FIG. 9 is a block diagram illustrating a configuration of a thermal transfer type printing apparatus according to the present embodiment. This printing apparatus is obtained by adding an image density analysis unit 29 to the printing apparatus according to the first embodiment. The image density analysis unit 29 analyzes the density of an image printed on a region of the paper 31 where a joint 49 between the OP layers 45 can be formed.
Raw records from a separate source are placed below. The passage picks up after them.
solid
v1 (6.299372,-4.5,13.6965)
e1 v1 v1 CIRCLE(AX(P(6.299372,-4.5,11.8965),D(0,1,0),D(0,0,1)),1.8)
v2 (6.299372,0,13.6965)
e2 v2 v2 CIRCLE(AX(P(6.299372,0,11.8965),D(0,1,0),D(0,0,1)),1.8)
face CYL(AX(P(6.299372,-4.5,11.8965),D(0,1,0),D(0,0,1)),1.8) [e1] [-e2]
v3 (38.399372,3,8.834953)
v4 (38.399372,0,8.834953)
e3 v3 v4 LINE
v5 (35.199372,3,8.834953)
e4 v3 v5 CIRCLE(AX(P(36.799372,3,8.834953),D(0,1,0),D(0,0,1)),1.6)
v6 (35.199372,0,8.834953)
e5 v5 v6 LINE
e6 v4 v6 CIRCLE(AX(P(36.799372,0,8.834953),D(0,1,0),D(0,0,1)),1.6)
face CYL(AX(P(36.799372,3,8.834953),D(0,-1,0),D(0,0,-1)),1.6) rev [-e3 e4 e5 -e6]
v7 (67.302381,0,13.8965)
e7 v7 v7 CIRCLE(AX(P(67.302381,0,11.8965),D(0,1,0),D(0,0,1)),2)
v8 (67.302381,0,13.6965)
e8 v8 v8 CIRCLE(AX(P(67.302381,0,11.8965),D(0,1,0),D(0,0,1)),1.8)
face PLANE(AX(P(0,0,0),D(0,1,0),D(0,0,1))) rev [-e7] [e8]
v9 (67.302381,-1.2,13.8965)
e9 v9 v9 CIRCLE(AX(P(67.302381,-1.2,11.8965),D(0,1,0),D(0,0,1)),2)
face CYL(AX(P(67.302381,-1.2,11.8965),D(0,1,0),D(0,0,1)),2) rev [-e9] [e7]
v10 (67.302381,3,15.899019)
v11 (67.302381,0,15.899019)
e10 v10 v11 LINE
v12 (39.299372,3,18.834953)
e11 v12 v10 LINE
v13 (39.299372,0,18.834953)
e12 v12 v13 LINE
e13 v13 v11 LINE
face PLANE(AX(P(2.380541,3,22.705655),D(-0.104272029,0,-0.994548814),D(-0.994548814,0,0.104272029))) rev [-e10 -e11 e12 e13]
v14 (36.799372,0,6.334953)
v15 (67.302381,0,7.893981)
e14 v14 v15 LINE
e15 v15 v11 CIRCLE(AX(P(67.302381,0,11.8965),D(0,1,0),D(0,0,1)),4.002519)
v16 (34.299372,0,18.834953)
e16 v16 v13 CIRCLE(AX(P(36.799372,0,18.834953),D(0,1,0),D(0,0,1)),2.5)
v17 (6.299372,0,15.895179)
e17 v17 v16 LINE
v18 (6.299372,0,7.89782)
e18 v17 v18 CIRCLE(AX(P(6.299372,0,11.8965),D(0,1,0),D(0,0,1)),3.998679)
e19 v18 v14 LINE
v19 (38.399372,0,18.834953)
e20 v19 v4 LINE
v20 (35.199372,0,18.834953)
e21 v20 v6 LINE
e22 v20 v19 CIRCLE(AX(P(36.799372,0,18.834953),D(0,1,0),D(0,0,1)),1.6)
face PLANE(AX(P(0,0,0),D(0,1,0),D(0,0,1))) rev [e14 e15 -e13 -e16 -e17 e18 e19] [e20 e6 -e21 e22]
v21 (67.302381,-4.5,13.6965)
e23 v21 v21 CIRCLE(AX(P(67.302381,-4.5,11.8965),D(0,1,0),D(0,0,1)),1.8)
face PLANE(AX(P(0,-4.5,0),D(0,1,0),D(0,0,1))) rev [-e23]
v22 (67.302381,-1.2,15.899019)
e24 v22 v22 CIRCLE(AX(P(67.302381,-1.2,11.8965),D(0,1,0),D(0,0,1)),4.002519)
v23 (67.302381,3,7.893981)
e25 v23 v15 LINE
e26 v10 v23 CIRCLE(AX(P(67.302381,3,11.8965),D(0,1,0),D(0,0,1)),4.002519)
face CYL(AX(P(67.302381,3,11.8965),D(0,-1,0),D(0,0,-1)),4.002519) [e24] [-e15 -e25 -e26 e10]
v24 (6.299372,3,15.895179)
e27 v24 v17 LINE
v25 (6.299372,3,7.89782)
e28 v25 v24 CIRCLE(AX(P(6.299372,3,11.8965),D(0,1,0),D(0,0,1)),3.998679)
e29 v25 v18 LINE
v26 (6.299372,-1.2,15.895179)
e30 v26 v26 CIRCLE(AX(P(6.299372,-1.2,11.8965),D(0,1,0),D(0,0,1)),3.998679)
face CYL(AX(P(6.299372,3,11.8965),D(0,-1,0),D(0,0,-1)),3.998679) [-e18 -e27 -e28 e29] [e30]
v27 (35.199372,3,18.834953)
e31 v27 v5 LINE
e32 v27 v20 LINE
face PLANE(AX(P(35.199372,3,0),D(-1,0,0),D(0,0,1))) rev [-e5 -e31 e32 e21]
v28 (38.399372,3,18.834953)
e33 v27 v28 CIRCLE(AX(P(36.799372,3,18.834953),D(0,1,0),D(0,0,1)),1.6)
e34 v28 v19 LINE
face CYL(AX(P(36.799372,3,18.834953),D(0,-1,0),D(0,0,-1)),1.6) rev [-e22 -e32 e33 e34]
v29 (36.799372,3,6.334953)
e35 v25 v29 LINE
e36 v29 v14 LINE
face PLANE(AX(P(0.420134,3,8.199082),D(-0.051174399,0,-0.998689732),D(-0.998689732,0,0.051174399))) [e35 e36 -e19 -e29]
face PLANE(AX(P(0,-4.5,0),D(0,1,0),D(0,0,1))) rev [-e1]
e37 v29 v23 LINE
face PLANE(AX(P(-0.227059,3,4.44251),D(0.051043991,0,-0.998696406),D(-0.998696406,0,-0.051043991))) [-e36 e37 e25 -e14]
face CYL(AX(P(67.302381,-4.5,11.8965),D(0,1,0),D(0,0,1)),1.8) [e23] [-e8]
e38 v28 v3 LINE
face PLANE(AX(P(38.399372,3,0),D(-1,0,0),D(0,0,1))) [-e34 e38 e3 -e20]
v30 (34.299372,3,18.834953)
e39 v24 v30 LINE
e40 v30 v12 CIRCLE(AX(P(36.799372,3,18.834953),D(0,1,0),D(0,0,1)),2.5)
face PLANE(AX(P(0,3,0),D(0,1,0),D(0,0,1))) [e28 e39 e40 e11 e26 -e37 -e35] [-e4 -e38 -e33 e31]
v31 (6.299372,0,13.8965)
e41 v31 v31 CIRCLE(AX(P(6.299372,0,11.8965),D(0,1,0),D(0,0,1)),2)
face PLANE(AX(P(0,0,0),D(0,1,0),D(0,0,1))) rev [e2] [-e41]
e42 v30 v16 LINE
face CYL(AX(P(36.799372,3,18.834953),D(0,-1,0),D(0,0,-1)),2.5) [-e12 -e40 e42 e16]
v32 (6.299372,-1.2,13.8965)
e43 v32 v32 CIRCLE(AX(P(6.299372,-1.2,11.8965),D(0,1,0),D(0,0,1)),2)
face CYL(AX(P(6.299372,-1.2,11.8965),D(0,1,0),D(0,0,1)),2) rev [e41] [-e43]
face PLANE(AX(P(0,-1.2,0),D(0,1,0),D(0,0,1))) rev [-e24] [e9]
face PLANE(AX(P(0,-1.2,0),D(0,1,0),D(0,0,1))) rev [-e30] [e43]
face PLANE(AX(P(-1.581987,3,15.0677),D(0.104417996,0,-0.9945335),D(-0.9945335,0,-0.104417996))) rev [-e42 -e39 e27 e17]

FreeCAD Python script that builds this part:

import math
import FreeCAD as App
import Part
import Sketcher

V = App.Vector
Q = App.Units.Quantity

doc = App.newDocument("Part")
body = doc.addObject("PartDesign::Body", "Body")

sketch1 = body.newObject("Sketcher::SketchObject", "Sketch")
sketch1.AttachmentSupport = (doc.getObject("XZ_Plane"), [""])
sketch1.MapMode = "FlatFace"
sketch1.addGeometry([
    Part.LineSegment(V(6.3, 15.9, 0), V(34.3, 18.8, 0)),
    Part.ArcOfCircle(Part.Circle(V(36.8, 18.8, 0), V(0, 0, 1), 2.5), math.radians(0), math.radians(180)),
    Part.LineSegment(V(39.3, 18.8, 0), V(67.3, 15.9, 0)),
    Part.ArcOfCircle(Part.Circle(V(67.3, 11.9, 0), V(0, 0, 1), 4), math.radians(-90), math.radians(90)),
    Part.LineSegment(V(67.3, 7.9, 0), V(36.8, 6.3, 0)),
    Part.LineSegment(V(36.8, 6.3, 0), V(6.3, 7.9, 0)),
    Part.ArcOfCircle(Part.Circle(V(6.3, 11.9, 0), V(0, 0, 1), 4), math.radians(90), math.radians(270)),
    Part.LineSegment(V(35.2, 18.8, 0), V(35.2, 8.8, 0)),
    Part.ArcOfCircle(Part.Circle(V(36.8, 8.8, 0), V(0, 0, 1), 1.6), math.radians(180), math.radians(360)),
    Part.LineSegment(V(38.4, 8.8, 0), V(38.4, 18.8, 0)),
    Part.ArcOfCircle(Part.Circle(V(36.8, 18.8, 0), V(0, 0, 1), 1.6), math.radians(0), math.radians(180)),
], False)
sketch1.addConstraint([
    Sketcher.Constraint("Coincident", 0, 2, 1, 2),
    Sketcher.Constraint("Coincident", 1, 1, 2, 1),
    Sketcher.Constraint("Coincident", 2, 2, 3, 2),
    Sketcher.Constraint("Coincident", 3, 1, 4, 1),
    Sketcher.Constraint("Coincident", 4, 2, 5, 1),
    Sketcher.Constraint("Coincident", 5, 2, 6, 2),
    Sketcher.Constraint("Coincident", 6, 1, 0, 1),
    Sketcher.Constraint("Tangent", 7, 2, 8, 1),
    Sketcher.Constraint("Tangent", 8, 2, 9, 1),
    Sketcher.Constraint("Tangent", 9, 2, 10, 1),
    Sketcher.Constraint("Tangent", 10, 2, 7, 1),
    Sketcher.Constraint("Vertical", 7),
    Sketcher.Constraint("Vertical", 9),
    Sketcher.Constraint("Coincident", 10, 3, 1, 3),
    Sketcher.Constraint("Horizontal", 3, 3, 6, 3),
    Sketcher.Constraint("Horizontal", 10, 3, 0, 2),
    Sketcher.Constraint("Horizontal", 0, 2, 1, 1),
    Sketcher.Constraint("Vertical", 3, 3, 2, 2),
    Sketcher.Constraint("Vertical", 2, 2, 3, 1),
    Sketcher.Constraint("Vertical", 10, 3, 4, 2),
    Sketcher.Constraint("Vertical", 6, 3, 5, 2),
    Sketcher.Constraint("Vertical", 5, 2, 6, 1),
    Sketcher.Constraint("Radius", 1, Q("2.5 mm")),
    Sketcher.Constraint("Radius", 8, Q("1.6 mm")),
    Sketcher.Constraint("DistanceY", 7, 2, 7, 1, Q("10 mm")),
    Sketcher.Constraint("DistanceX", 6, 3, 0, 2, Q("28 mm")),
    Sketcher.Constraint("DistanceY", 4, 2, 8, 3, Q("2.5 mm")),
    Sketcher.Constraint("Radius", 3, Q("4.002519 mm")),
    Sketcher.Constraint("Radius", 6, Q("3.998679 mm")),
    Sketcher.Constraint("DistanceY", -1, 1, 3, 3, Q("11.8965 mm")),
    Sketcher.Constraint("DistanceX", -1, 1, 1, 3, Q("36.799372 mm")),
    Sketcher.Constraint("DistanceX", -1, 1, 3, 3, Q("67.302381 mm")),
    Sketcher.Constraint("Distance", 0, Q("28.153903 mm")),
])
pad1 = body.newObject("PartDesign::Pad", "Pad")
pad1.Profile = sketch1
pad1.Length = 3
pad1.Reversed = True

sketch2 = body.newObject("Sketcher::SketchObject", "Sketch001")
sketch2.AttachmentSupport = (doc.getObject("XZ_Plane"), [""])
sketch2.MapMode = "FlatFace"
sketch2.addGeometry([
    Part.Circle(V(6.3, 11.9, 0), V(0, 0, 1), 1.8),
    Part.Circle(V(67.3, 11.9, 0), V(0, 0, 1), 1.8),
], False)
sketch2.addConstraint([
    Sketcher.Constraint("Equal", 0, 1),
    Sketcher.Constraint("Horizontal", 0, 3, 1, 3),
    Sketcher.Constraint("Diameter", 0, Q("3.6 mm")),
    Sketcher.Constraint("DistanceY", -1, 1, 0, 3, Q("11.8965 mm")),
    Sketcher.Constraint("DistanceX", -1, 1, 0, 3, Q("6.299372 mm")),
    Sketcher.Constraint("DistanceX", -1, 1, 1, 3, Q("67.302381 mm")),
])
pad2 = body.newObject("PartDesign::Pad", "Pad001")
pad2.Profile = sketch2
pad2.Length = 4.5

sketch3 = body.newObject("Sketcher::SketchObject", "Sketch002")
sketch3.AttachmentSupport = (doc.getObject("XZ_Plane"), [""])
sketch3.MapMode = "FlatFace"
sketch3.AttachmentOffset = App.Placement(V(0, 0, 1.2), App.Rotation())
sketch3.addGeometry([
    Part.Circle(V(6.3, 11.9, 0), V(0, 0, 1), 4),
    Part.Circle(V(6.3, 11.9, 0), V(0, 0, 1), 2),
    Part.Circle(V(67.3, 11.9, 0), V(0, 0, 1), 4),
    Part.Circle(V(67.3, 11.9, 0), V(0, 0, 1), 2),
], False)
sketch3.addConstraint([
    Sketcher.Constraint("Coincident", 1, 3, 0, 3),
    Sketcher.Constraint("Coincident", 3, 3, 2, 3),
    Sketcher.Constraint("Equal", 1, 3),
    Sketcher.Constraint("Horizontal", 1, 3, 2, 3),
    Sketcher.Constraint("Diameter", 1, Q("4 mm")),
    Sketcher.Constraint("Diameter", 0, Q("7.997359 mm")),
    Sketcher.Constraint("Diameter", 2, Q("8.005037 mm")),
    Sketcher.Constraint("DistanceY", -1, 1, 0, 3, Q("11.8965 mm")),
    Sketcher.Constraint("DistanceX", -1, 1, 0, 3, Q("6.299372 mm")),
    Sketcher.Constraint("DistanceX", -1, 1, 2, 3, Q("67.302381 mm")),
])
pad3 = body.newObject("PartDesign::Pad", "Pad002")
pad3.Profile = sketch3
pad3.Length = 1.2
pad3.Reversed = True

doc.recompute()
That is, the image density analysis unit 29 overlaps an area where the OP layer 45OP _n can be transferred and an area where the OP layer 45OP _{n + 1} can be transferred (between the two dotted lines shown in FIG. 8). The density of the image printed in the area). The image density analysis unit 29 includes, for example, a camera that acquires an image printed on the paper 31 and a CPU 28 that analyzes the image.

Printing apparatus according to this embodiment, the control of the CPU 28 (control unit), the low concentration portion of the analyzed print image in the image density analyzer 29, and the rear end of the OP layer 45OP _n, OP layer 45OP _n Thermal transfer so that the tip of ₊₁ overlaps. That is, this printing apparatus changes the shape of the joint 49 between the OP layers 45 in plan view based on the density analyzed by the image density analysis unit 29.

  As the OP layer 45, a layer that can be thermally transferred in dot units like the dye layer 44 shown in FIG. 14 is used. In addition, when the width of the overlap region in the printing direction is short, the shape of the seam 49 can hardly be changed from the linear shape, and as a result, the seam 49 is placed on a portion where the density of the printed image is high. The possibility of being formed increases. Therefore, in the printing apparatus according to the present embodiment, the width of the overlap region in the printing direction is sufficiently long.

  By the above operation of the printing apparatus according to the present embodiment, the seam 49 between the OP layers 45 is formed so as not to overlap with a high density triangle, rectangle, or ellipse as shown in FIG. According to such a printing apparatus according to the present embodiment, since the seam 49 between the OP layers 45 can be formed on a portion where the density of the printed image is low, the seam 49 between the OP layers 45 is formed. Visibility can be further suppressed.

<Embodiment 5>
FIG. 10 is a view showing the paper 31 on which the OP layer 45 is thermally transferred by the thermal transfer type printing apparatus according to the fifth embodiment, as in FIG. However, in this figure, the width in the printing direction of the seam 49 is slightly expanded for easy understanding. Hereinafter, in the printing apparatus according to the present embodiment, the same constituent elements as those of the printing apparatus according to the first embodiment are denoted by the same reference numerals, and different portions from the printing apparatus will be mainly described.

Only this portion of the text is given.